A few VAGs were, on the other hand, identified in all isolates in this study and could therefore be considered important for the virulence of APEC. However, without a true, non-pathogenic control group for comparison, no valid conclusions may be drawn based on these data as these VAGs might be identified in all avian E. coli isolates regardless of pathogenicity. A recent study from Johnson et al. [35] suggested two conserved VAGs associated with APEC plasmid, hlyF and ompT as potential markers for increased virulence potential in combination with other genetic features. In the present study, hlyF and ompT were identified in all ST23 and ST429 isolates and in 89 and 96% of isolates of other STs, respectively.

In this study, the virulence of an APEC strain was evaluated based on the prevalence of the identified ST and its’ ability to cause high FWM within a flock and across farms alone or in combination. Further, we have given insight into the relatedness of outbreak strains, and presented the most prevalent VAGs associated with the two outbreak strains ST23 and ST429 in our study. However, APEC strains emerge from multiple E. coli lineages, and for the future it would be interesting to follow single ST outbreaks to identify if the same ST reappear as more prone to cause outbreaks across farms or if other STs, which in this study appear of lesser importance, could be the cause of future outbreaks. It would be interesting to better identify the transmission routes of the pathogen in outbreak situations between farms. A common database for the control and prevention of APEC outbreaks has been suggested [42]. For the future, the authors supports an initiative for such a database, including well-defined metadata as well as comparable sampling and diagnostic methods. Such a database could aid in the identification of pathogen transmission routes through the broiler poultry pyramid. Further, the comparison of VAGs from systematically sampled outbreak strains to a proper control group would be of interest to further unravel the virulence potential of individual APEC. The importance of defining what an APEC control is, should however, be further discussed as commensal E. coli might have the potential to become APEC and the pathophysiology behind is still not well defined [38].

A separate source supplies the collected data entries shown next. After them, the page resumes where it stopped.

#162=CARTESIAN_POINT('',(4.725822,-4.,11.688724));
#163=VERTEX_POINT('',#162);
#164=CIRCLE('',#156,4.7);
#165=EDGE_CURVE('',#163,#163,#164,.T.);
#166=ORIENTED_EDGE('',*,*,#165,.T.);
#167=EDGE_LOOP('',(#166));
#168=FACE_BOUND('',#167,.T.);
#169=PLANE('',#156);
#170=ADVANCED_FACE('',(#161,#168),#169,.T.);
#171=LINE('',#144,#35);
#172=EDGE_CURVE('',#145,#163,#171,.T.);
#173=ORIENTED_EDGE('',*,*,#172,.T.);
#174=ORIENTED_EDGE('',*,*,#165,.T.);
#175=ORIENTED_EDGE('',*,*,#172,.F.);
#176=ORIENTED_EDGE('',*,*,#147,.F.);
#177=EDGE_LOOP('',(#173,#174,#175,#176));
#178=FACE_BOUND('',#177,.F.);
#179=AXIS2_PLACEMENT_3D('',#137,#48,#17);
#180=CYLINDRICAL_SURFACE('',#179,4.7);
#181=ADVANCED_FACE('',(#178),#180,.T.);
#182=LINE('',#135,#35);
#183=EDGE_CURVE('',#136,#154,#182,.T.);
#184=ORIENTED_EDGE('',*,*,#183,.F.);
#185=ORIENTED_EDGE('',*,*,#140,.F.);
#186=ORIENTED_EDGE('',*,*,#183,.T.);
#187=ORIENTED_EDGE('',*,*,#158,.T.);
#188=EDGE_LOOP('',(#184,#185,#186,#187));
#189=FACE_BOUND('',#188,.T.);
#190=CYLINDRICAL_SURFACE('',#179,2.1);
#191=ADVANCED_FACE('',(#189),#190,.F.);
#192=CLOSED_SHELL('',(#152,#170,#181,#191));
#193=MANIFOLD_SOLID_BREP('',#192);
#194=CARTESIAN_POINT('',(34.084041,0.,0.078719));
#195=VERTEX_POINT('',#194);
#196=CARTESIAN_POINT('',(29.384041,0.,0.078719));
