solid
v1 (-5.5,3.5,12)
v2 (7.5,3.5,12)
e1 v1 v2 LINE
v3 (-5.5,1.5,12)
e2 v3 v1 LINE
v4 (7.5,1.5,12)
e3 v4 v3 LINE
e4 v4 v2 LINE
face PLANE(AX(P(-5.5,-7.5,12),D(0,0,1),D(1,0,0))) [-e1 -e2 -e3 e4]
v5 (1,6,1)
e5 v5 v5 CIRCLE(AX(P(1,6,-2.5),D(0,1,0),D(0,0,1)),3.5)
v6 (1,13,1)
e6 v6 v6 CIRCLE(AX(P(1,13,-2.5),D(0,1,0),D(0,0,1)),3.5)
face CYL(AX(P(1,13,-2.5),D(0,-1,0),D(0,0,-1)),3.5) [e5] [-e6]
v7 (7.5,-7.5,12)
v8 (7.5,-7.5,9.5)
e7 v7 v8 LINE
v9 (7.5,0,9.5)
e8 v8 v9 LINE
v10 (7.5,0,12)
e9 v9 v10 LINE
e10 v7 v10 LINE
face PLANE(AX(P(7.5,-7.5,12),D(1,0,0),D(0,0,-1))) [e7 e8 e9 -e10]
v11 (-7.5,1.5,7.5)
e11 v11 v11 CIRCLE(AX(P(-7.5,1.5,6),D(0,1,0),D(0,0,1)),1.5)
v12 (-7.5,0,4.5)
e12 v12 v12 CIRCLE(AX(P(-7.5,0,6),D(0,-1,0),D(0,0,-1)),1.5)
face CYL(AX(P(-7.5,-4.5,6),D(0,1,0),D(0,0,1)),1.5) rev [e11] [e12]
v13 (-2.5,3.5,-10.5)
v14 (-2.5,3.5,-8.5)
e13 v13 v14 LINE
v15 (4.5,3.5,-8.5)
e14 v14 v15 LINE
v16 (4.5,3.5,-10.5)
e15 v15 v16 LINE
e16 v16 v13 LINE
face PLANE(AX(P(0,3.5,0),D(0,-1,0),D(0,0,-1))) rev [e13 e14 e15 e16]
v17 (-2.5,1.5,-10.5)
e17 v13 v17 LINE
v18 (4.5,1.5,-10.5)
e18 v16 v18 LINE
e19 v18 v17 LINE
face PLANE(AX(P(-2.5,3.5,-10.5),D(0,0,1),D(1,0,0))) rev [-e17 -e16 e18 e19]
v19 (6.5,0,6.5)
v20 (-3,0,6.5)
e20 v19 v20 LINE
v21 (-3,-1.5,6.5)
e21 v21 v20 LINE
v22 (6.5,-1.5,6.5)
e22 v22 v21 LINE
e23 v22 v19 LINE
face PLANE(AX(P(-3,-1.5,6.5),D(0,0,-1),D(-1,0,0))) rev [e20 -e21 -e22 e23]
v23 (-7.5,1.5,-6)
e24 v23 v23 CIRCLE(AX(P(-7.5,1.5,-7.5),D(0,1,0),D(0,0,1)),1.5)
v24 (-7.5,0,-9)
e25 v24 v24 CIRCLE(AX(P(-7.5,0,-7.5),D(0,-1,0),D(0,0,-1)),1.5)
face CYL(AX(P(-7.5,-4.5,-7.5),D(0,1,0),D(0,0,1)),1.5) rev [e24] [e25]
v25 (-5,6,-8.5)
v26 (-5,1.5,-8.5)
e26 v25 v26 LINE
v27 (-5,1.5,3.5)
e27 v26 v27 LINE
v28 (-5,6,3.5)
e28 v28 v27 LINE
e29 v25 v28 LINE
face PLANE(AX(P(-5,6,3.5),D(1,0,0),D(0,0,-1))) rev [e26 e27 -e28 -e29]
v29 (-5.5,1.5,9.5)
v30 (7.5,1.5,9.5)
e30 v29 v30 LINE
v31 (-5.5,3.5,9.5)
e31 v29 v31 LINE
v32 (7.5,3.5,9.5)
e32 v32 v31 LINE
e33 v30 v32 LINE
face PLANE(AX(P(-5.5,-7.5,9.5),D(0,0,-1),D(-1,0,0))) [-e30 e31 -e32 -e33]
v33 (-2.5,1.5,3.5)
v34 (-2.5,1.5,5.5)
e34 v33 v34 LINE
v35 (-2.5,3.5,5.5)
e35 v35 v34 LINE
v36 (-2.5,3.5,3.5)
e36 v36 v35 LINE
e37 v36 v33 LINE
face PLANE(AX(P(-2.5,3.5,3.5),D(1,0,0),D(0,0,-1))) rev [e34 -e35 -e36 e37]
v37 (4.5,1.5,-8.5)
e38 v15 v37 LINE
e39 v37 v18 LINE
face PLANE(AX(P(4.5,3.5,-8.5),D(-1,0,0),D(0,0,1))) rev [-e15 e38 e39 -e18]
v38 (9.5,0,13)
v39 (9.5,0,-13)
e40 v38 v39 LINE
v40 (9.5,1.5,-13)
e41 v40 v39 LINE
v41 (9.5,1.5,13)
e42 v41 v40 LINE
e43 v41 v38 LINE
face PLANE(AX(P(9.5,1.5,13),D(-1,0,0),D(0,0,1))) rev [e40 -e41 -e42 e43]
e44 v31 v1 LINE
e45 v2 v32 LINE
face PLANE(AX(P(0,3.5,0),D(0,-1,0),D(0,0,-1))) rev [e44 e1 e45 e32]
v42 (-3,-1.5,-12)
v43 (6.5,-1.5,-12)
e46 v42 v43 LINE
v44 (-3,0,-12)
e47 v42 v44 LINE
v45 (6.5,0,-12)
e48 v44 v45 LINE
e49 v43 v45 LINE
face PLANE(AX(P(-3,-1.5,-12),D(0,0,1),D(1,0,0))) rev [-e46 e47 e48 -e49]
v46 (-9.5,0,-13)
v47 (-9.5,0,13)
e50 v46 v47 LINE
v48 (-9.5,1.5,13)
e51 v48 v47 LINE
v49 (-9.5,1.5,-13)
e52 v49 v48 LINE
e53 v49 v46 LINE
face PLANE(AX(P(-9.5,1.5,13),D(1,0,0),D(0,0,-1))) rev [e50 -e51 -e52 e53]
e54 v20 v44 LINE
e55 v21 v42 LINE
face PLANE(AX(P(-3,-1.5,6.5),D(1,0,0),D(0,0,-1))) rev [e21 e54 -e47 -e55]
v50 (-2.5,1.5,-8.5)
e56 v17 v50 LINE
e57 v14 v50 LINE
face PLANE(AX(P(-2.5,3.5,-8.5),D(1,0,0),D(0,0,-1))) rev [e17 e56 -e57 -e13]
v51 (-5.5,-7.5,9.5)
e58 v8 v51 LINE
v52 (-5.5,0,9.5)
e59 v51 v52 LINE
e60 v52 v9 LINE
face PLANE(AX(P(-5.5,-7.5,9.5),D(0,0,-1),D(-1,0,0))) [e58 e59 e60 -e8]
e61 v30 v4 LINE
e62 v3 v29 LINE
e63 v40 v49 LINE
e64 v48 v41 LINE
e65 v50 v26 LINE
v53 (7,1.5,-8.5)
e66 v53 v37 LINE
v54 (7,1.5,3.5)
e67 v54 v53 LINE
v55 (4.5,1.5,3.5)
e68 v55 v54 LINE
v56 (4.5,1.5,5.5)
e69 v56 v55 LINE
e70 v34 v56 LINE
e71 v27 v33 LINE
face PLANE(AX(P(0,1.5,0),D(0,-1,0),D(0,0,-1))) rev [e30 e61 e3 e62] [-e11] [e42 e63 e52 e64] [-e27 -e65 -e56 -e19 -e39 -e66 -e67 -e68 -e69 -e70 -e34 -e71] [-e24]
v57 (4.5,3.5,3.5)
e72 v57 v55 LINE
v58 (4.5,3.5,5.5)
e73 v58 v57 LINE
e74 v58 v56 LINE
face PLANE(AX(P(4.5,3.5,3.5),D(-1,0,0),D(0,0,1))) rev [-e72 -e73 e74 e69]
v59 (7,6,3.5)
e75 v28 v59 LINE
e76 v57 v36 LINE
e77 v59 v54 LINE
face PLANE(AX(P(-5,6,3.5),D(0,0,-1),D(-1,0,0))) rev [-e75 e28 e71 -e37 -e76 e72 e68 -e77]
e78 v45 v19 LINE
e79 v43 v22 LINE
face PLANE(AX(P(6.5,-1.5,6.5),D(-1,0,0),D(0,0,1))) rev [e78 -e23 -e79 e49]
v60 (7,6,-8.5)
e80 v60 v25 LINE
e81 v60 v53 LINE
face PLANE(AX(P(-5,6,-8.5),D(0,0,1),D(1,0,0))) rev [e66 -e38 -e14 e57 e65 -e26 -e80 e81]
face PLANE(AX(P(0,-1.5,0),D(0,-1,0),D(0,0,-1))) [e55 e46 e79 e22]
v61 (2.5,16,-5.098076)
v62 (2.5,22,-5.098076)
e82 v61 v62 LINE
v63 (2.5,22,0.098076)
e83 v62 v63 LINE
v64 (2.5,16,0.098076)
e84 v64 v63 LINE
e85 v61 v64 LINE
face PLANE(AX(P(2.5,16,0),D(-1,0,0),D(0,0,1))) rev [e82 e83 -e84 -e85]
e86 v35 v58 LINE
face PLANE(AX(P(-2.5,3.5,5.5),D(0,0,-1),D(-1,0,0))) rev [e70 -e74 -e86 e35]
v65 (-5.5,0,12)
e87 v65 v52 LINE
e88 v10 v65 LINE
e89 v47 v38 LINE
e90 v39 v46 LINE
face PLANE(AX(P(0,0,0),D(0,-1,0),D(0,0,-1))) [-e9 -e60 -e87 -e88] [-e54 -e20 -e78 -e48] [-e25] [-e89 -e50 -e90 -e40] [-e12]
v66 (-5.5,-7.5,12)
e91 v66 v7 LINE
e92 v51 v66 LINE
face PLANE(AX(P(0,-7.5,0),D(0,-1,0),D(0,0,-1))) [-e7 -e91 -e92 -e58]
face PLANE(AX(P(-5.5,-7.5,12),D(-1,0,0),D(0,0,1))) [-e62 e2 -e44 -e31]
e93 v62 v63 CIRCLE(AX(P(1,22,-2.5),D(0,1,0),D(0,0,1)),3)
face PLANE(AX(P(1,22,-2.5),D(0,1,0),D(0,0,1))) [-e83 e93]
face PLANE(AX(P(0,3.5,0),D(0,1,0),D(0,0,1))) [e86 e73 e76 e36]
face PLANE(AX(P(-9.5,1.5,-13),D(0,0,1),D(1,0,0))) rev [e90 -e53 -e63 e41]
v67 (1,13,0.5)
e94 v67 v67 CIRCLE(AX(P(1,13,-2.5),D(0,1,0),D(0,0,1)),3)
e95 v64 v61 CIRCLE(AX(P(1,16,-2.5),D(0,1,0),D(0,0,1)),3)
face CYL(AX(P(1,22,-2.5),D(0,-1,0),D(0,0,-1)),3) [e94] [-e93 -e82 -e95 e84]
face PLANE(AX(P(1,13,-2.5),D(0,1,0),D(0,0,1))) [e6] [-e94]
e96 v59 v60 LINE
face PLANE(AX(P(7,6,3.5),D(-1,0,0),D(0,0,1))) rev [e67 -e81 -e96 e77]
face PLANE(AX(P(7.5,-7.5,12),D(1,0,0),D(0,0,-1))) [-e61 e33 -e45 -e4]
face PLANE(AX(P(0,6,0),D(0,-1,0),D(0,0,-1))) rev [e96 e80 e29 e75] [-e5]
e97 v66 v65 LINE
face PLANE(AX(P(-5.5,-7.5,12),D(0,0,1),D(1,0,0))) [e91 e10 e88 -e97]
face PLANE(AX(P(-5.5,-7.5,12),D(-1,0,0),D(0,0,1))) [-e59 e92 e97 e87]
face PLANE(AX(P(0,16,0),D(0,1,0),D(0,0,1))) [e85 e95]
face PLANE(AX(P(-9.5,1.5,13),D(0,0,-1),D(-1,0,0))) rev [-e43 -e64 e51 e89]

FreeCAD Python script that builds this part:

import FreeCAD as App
import Part
import Sketcher
from FreeCAD import Vector


def add_polygon(sketch, points):
    """Adds a closed chain of lines whose ends are joined by coincident constraints."""
    first, n = sketch.GeometryCount, len(points)
    for a, b in zip(points, points[1:] + points[:1]):
        sketch.addGeometry(Part.LineSegment(App.Vector(*a, 0), App.Vector(*b, 0)), False)
    for i in range(n):
        sketch.addConstraint(Sketcher.Constraint("Coincident", first + i, 2, first + (i + 1) % n, 1))

doc = App.newDocument("Part")
body = doc.addObject("PartDesign::Body", "Body")

# Sketch on XZ plane
sketch1 = body.newObject("Sketcher::SketchObject", "Sketch")
sketch1.AttachmentSupport = (doc.getObject("XZ_Plane"), [""])
sketch1.MapMode = "FlatFace"
add_polygon(sketch1, [(-10, -13), (-10, 13), (10, 13), (10, -13)])  # lines 0-3
sketch1.addConstraint([
    Sketcher.Constraint("Vertical", 0),
    Sketcher.Constraint("Horizontal", 1),
    Sketcher.Constraint("Vertical", 2),
    Sketcher.Constraint("Horizontal", 3),
    Sketcher.Constraint("Symmetric", 0, 2, 2, 2, -1, 1),
    Sketcher.Constraint("DistanceX", 1, 1, 1, 2, 19.0),
    Sketcher.Constraint("DistanceY", 0, 1, 0, 2, 26.0),
])
pad1 = body.newObject("PartDesign::Pad", "Pad")
pad1.Profile = sketch1
pad1.Length = 1.5
pad1.Reversed = True

# Sketch on XZ plane
sketch2 = body.newObject("Sketcher::SketchObject", "Sketch001")
sketch2.AttachmentSupport = (doc.getObject("XZ_Plane"), [""])
sketch2.MapMode = "FlatFace"
sketch2.AttachmentOffset = App.Placement(Vector(0, 0, -1.5), App.Rotation())
add_polygon(sketch2, [(-5, -8), (-5, 4), (7, 4), (7, -8)])  # lines 0-3
sketch2.addConstraint([
    Sketcher.Constraint("Vertical", 0),
    Sketcher.Constraint("Horizontal", 1),
    Sketcher.Constraint("Vertical", 2),
    Sketcher.Constraint("Horizontal", 3),
    Sketcher.Constraint("Equal", 3, 0),
    Sketcher.Constraint("DistanceX", 1, 1, 1, 2, 12.0),
    Sketcher.Constraint("DistanceX", 0, 2, -1, 1, 5.0),
    Sketcher.Constraint("DistanceY", -1, 1, 0, 2, 3.5),
])
pad2 = body.newObject("PartDesign::Pad", "Pad001")
pad2.Profile = sketch2
pad2.Length = 4.5
pad2.Reversed = True

# Sketch on XZ plane
sketch3 = body.newObject("Sketcher::SketchObject", "Sketch002")
sketch3.AttachmentSupport = (doc.getObject("XZ_Plane"), [""])
sketch3.MapMode = "FlatFace"
sketch3.AttachmentOffset = App.Placement(Vector(0, 0, -6), App.Rotation())
sketch3.addGeometry(Part.Circle(Vector(1, -2.5, 0), Vector(0, 0, 1), 3.5), False)
sketch3.addConstraint([
    Sketcher.Constraint("Diameter", 0, 7.0),
    Sketcher.Constraint("DistanceX", -1, 1, 0, 3, 1.0),
    Sketcher.Constraint("DistanceY", 0, 3, -1, 1, 2.5),
])
pad3 = body.newObject("PartDesign::Pad", "Pad002")
pad3.Profile = sketch3
pad3.Length = 7
pad3.Reversed = True

# Sketch on XZ plane
sketch4 = body.newObject("Sketcher::SketchObject", "Sketch003")
sketch4.AttachmentSupport = (doc.getObject("XZ_Plane"), [""])
sketch4.MapMode = "FlatFace"
sketch4.AttachmentOffset = App.Placement(Vector(0, 0, -13), App.Rotation())
sketch4.addGeometry(Part.Circle(Vector(1, -2.5, 0), Vector(0, 0, 1), 3), False)
sketch4.addConstraint([
    Sketcher.Constraint("Diameter", 0, 6.0),
    Sketcher.Constraint("DistanceX", -1, 1, 0, 3, 1.0),
    Sketcher.Constraint("DistanceY", 0, 3, -1, 1, 2.5),
])
pad4 = body.newObject("PartDesign::Pad", "Pad003")
pad4.Profile = sketch4
pad4.Length = 9
pad4.Reversed = True

# Sketch on XZ plane
sketch5 = body.newObject("Sketcher::SketchObject", "Sketch004")
sketch5.AttachmentSupport = (doc.getObject("XZ_Plane"), [""])
sketch5.MapMode = "FlatFace"
sketch5.AttachmentOffset = App.Placement(Vector(0, 0, -22), App.Rotation())
add_polygon(sketch5, [(2, -59), (2, 54), (109, 54), (109, -59)])  # lines 0-3
sketch5.addConstraint([
    Sketcher.Constraint("Vertical", 0),
    Sketcher.Constraint("Horizontal", 1),
    Sketcher.Constraint("Vertical", 2),
    Sketcher.Constraint("Horizontal", 3),
    Sketcher.Constraint("DistanceX", -1, 1, 0, 2, 2.5),
    Sketcher.Constraint("DistanceX", 1, 1, 1, 2, 106.859921),
    Sketcher.Constraint("DistanceY", 0, 1, 0, 2, 112.056073),
    Sketcher.Constraint("DistanceY", -1, 1, 0, 2, 53.528036),
])
pocket1 = body.newObject("PartDesign::Pocket", "Pocket")
pocket1.Profile = sketch5
pocket1.Length = 6
pocket1.Reversed = True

In conclusion, this study shows the presence and distribution of APEC types identified from local outbreaks of colibacillosis-septicemia across Norway during 2018–2021. Further, it identifies how peaks of high FWM due to colibacillosis may be caused by a single, distinct ST. Phylogenetic analysis gives insight into the relatedness between isolates belonging to the same ST, but also across STs and serotypes, identifying the need for combining typing methods to better discriminate between APEC types. This study also highlights the value of using WGS as a diagnostic tool for surveillance as well as in the identification of future outbreaks of colibacillosis.